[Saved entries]

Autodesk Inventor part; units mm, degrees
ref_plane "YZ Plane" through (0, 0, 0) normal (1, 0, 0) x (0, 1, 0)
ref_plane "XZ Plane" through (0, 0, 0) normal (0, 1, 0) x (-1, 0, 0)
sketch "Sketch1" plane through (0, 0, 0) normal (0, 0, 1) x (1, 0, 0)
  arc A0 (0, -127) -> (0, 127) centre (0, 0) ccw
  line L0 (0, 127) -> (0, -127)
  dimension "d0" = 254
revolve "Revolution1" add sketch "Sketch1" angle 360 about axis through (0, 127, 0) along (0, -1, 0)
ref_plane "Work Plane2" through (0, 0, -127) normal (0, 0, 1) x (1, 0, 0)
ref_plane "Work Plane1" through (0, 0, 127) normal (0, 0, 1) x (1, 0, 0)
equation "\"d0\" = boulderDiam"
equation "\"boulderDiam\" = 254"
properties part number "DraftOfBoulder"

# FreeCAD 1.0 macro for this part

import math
import FreeCAD as App
import Part
import Sketcher
Q = App.Units.Quantity

doc = App.newDocument("Part")
body = doc.addObject("PartDesign::Body", "Body")

# Sketch on XY plane
sketch1 = doc.addObject("Sketcher::SketchObject", "Sketch")
body.addObject(sketch1)
sketch1.AttachmentSupport = (doc.XY_Plane, [""])
sketch1.MapMode = "FlatFace"
sketch1.addGeometry([
    Part.LineSegment(App.Vector(0, 127, 0), App.Vector(0, -127, 0)),
    Part.ArcOfCircle(Part.Circle(App.Vector(0, 0, 0), App.Vector(0, 0, 1), 127), math.radians(-90), math.radians(90)),
], False)
sketch1.addConstraint([
    Sketcher.Constraint("Coincident", 0, 1, 1, 2),
    Sketcher.Constraint("Coincident", 1, 1, 0, 2),
    Sketcher.Constraint("Vertical", 0),
    Sketcher.Constraint("Coincident", 1, 3, -1, 1),
    Sketcher.Constraint("PointOnObject", 0, 1, -2),
    Sketcher.Constraint("Radius", 1, Q("5 in")),
])
revolution = doc.addObject("PartDesign::Revolution", "Revolution")
body.addObject(revolution)
revolution.Profile = sketch1
revolution.ReferenceAxis = (sketch1, ["V_Axis"])
revolution.Angle = 360

doc.recompute()
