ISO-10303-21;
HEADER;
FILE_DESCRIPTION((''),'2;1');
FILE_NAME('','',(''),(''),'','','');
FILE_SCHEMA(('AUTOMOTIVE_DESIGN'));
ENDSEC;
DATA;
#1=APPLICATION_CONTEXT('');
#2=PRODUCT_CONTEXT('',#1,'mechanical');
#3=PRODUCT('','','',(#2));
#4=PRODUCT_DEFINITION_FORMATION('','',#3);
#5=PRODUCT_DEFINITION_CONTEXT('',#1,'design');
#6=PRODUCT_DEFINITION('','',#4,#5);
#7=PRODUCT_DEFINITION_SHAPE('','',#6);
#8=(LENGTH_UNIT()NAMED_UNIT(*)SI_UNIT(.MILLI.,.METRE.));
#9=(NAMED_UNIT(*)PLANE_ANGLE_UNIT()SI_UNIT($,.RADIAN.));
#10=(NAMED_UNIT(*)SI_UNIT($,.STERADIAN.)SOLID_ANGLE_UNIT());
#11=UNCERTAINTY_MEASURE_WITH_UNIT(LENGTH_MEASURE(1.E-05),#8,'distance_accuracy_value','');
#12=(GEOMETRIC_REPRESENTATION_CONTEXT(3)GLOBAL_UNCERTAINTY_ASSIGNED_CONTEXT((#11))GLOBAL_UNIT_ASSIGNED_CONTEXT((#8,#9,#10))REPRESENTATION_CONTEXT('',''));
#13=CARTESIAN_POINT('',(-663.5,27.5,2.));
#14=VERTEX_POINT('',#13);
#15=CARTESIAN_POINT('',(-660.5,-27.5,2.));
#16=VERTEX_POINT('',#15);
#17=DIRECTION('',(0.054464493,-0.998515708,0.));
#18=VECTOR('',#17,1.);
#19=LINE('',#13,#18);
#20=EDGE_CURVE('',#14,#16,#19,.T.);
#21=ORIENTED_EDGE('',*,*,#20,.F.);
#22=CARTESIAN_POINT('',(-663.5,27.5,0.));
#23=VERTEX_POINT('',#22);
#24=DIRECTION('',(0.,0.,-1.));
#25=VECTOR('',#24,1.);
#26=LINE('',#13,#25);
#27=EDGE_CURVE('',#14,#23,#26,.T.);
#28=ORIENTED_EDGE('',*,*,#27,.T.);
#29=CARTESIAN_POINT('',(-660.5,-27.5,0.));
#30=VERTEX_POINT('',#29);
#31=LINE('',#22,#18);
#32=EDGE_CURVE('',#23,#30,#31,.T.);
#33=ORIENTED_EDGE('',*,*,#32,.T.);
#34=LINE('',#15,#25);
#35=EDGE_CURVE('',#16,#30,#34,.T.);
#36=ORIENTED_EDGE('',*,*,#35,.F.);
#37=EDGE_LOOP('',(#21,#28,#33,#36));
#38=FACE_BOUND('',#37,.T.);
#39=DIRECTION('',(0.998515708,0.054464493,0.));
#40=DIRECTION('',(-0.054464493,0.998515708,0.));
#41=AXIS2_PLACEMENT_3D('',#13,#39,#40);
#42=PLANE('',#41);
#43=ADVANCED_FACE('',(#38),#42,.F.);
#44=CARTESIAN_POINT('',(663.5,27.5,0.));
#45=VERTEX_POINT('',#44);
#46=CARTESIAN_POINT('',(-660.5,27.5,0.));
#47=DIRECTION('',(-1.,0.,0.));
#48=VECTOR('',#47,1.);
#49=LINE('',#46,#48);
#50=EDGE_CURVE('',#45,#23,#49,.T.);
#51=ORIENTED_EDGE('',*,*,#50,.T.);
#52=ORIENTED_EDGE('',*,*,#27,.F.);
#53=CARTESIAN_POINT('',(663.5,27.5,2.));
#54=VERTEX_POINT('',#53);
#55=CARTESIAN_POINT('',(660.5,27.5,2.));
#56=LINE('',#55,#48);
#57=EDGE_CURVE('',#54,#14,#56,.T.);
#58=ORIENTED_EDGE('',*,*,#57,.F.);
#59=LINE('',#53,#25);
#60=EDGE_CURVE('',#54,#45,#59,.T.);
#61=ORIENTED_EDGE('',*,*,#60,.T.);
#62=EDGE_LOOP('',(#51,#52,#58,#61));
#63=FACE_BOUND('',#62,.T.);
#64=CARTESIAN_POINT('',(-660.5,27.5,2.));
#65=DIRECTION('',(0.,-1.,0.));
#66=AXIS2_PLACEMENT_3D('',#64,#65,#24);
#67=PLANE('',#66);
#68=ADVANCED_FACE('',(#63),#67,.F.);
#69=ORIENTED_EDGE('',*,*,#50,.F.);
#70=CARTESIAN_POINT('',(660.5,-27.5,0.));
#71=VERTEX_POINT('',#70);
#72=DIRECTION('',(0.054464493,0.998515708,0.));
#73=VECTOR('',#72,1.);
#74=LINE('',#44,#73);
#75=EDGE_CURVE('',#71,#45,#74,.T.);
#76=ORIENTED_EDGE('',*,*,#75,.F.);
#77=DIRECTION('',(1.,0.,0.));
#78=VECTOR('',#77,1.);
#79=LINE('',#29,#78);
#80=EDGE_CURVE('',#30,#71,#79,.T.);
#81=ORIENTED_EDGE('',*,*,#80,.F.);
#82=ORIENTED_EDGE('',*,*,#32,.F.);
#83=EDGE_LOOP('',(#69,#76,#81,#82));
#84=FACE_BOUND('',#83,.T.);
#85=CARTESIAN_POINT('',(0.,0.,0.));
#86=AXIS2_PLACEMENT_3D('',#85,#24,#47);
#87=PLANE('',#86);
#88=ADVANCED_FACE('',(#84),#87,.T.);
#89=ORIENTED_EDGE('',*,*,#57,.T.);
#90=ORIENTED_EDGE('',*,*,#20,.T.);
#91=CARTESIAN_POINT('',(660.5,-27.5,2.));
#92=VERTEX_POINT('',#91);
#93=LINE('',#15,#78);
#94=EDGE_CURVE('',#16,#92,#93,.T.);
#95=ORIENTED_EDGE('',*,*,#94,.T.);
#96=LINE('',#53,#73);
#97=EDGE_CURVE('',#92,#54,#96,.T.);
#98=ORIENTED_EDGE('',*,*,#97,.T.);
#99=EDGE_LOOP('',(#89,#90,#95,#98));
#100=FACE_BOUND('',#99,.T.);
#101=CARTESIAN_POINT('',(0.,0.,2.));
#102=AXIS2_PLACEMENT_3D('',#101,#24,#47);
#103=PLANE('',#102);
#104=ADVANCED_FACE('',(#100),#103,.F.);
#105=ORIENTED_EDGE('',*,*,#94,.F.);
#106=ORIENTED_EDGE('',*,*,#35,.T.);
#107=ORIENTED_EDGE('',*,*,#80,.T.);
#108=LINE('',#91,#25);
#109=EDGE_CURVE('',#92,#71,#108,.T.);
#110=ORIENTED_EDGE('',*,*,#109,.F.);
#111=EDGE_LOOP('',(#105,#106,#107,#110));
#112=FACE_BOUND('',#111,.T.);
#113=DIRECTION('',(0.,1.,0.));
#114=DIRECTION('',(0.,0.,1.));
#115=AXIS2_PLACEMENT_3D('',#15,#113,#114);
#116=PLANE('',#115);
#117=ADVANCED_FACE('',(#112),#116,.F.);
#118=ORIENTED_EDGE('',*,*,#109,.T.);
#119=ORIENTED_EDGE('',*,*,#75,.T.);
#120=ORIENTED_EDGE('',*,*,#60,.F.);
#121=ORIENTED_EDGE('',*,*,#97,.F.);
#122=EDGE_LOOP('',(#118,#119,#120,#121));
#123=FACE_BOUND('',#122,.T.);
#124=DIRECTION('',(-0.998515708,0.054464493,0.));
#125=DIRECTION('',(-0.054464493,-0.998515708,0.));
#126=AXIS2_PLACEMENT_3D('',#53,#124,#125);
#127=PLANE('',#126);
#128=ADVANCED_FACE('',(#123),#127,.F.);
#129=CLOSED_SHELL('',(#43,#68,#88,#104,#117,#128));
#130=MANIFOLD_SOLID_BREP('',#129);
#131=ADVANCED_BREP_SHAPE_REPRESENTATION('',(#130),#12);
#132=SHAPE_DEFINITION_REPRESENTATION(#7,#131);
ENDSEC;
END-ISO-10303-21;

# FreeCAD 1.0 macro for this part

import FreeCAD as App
import Part
import Sketcher

V = App.Vector

doc = App.newDocument("Part")
body = doc.addObject("PartDesign::Body", "Body")

sketch1 = body.newObject("Sketcher::SketchObject", "Sketch")
sketch1.AttachmentSupport = (doc.getObject("XY_Plane"), [""])
sketch1.MapMode = "FlatFace"
sketch1.addGeometry([
    Part.LineSegment(V(-663.5, 27.5, 0), V(-660.5, -27.5, 0)),
    Part.LineSegment(V(-660.5, -27.5, 0), V(660.5, -27.5, 0)),
    Part.LineSegment(V(660.5, -27.5, 0), V(663.5, 27.5, 0)),
    Part.LineSegment(V(663.5, 27.5, 0), V(-663.5, 27.5, 0)),
], False)
sketch1.addConstraint([
    Sketcher.Constraint("Coincident", 0, 2, 1, 1),
    Sketcher.Constraint("Coincident", 1, 2, 2, 1),
    Sketcher.Constraint("Coincident", 2, 2, 3, 1),
    Sketcher.Constraint("Coincident", 3, 2, 0, 1),
    Sketcher.Constraint("Horizontal", 1),
    Sketcher.Constraint("Horizontal", 3),
    Sketcher.Constraint("Equal", 0, 2),
    Sketcher.Constraint("DistanceX", 1, 1, 1, 2, 1321.0),
    Sketcher.Constraint("DistanceX", 3, 2, 3, 1, 1327.0),
    Sketcher.Constraint("DistanceY", 1, 2, 2, 2, 55.0),
    Sketcher.Constraint("DistanceX", 0, 2, -1, 1, 660.5),
    Sketcher.Constraint("DistanceY", 0, 2, -1, 1, 27.5),
])
pad1 = body.newObject("PartDesign::Pad", "Pad")
pad1.Profile = sketch1
pad1.Length = 2

doc.recompute()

Try it: Produce an exact copy of each line from the one holding "#131=ADVANCED_BREP_SHAPE_REPRESENTATION('',(#130),#12);" through the last line of the records, both included, and nothing more.

Answer for the task:
#131=ADVANCED_BREP_SHAPE_REPRESENTATION('',(#130),#12);
#132=SHAPE_DEFINITION_REPRESENTATION(#7,#131);
ENDSEC;
END-ISO-10303-21;

# FreeCAD 1.0 macro for this part

import FreeCAD as App
import Part
import Sketcher

V = App.Vector

doc = App.newDocument("Part")
body = doc.addObject("PartDesign::Body", "Body")

sketch1 = body.newObject("Sketcher::SketchObject", "Sketch")
sketch1.AttachmentSupport = (doc.getObject("XY_Plane"), [""])
sketch1.MapMode = "FlatFace"
sketch1.addGeometry([
    Part.LineSegment(V(-663.5, 27.5, 0), V(-660.5, -27.5, 0)),
    Part.LineSegment(V(-660.5, -27.5, 0), V(660.5, -27.5, 0)),
    Part.LineSegment(V(660.5, -27.5, 0), V(663.5, 27.5, 0)),
    Part.LineSegment(V(663.5, 27.5, 0), V(-663.5, 27.5, 0)),
], False)
sketch1.addConstraint([
    Sketcher.Constraint("Coincident", 0, 2, 1, 1),
    Sketcher.Constraint("Coincident", 1, 2, 2, 1),
    Sketcher.Constraint("Coincident", 2, 2, 3, 1),
    Sketcher.Constraint("Coincident", 3, 2, 0, 1),
    Sketcher.Constraint("Horizontal", 1),
    Sketcher.Constraint("Horizontal", 3),
    Sketcher.Constraint("Equal", 0, 2),
    Sketcher.Constraint("DistanceX", 1, 1, 1, 2, 1321.0),
    Sketcher.Constraint("DistanceX", 3, 2, 3, 1, 1327.0),
    Sketcher.Constraint("DistanceY", 1, 2, 2, 2, 55.0),
    Sketcher.Constraint("DistanceX", 0, 2, -1, 1, 660.5),
    Sketcher.Constraint("DistanceY", 0, 2, -1, 1, 27.5),
])
pad1 = body.newObject("PartDesign::Pad", "Pad")
pad1.Profile = sketch1
pad1.Length = 2

doc.recompute()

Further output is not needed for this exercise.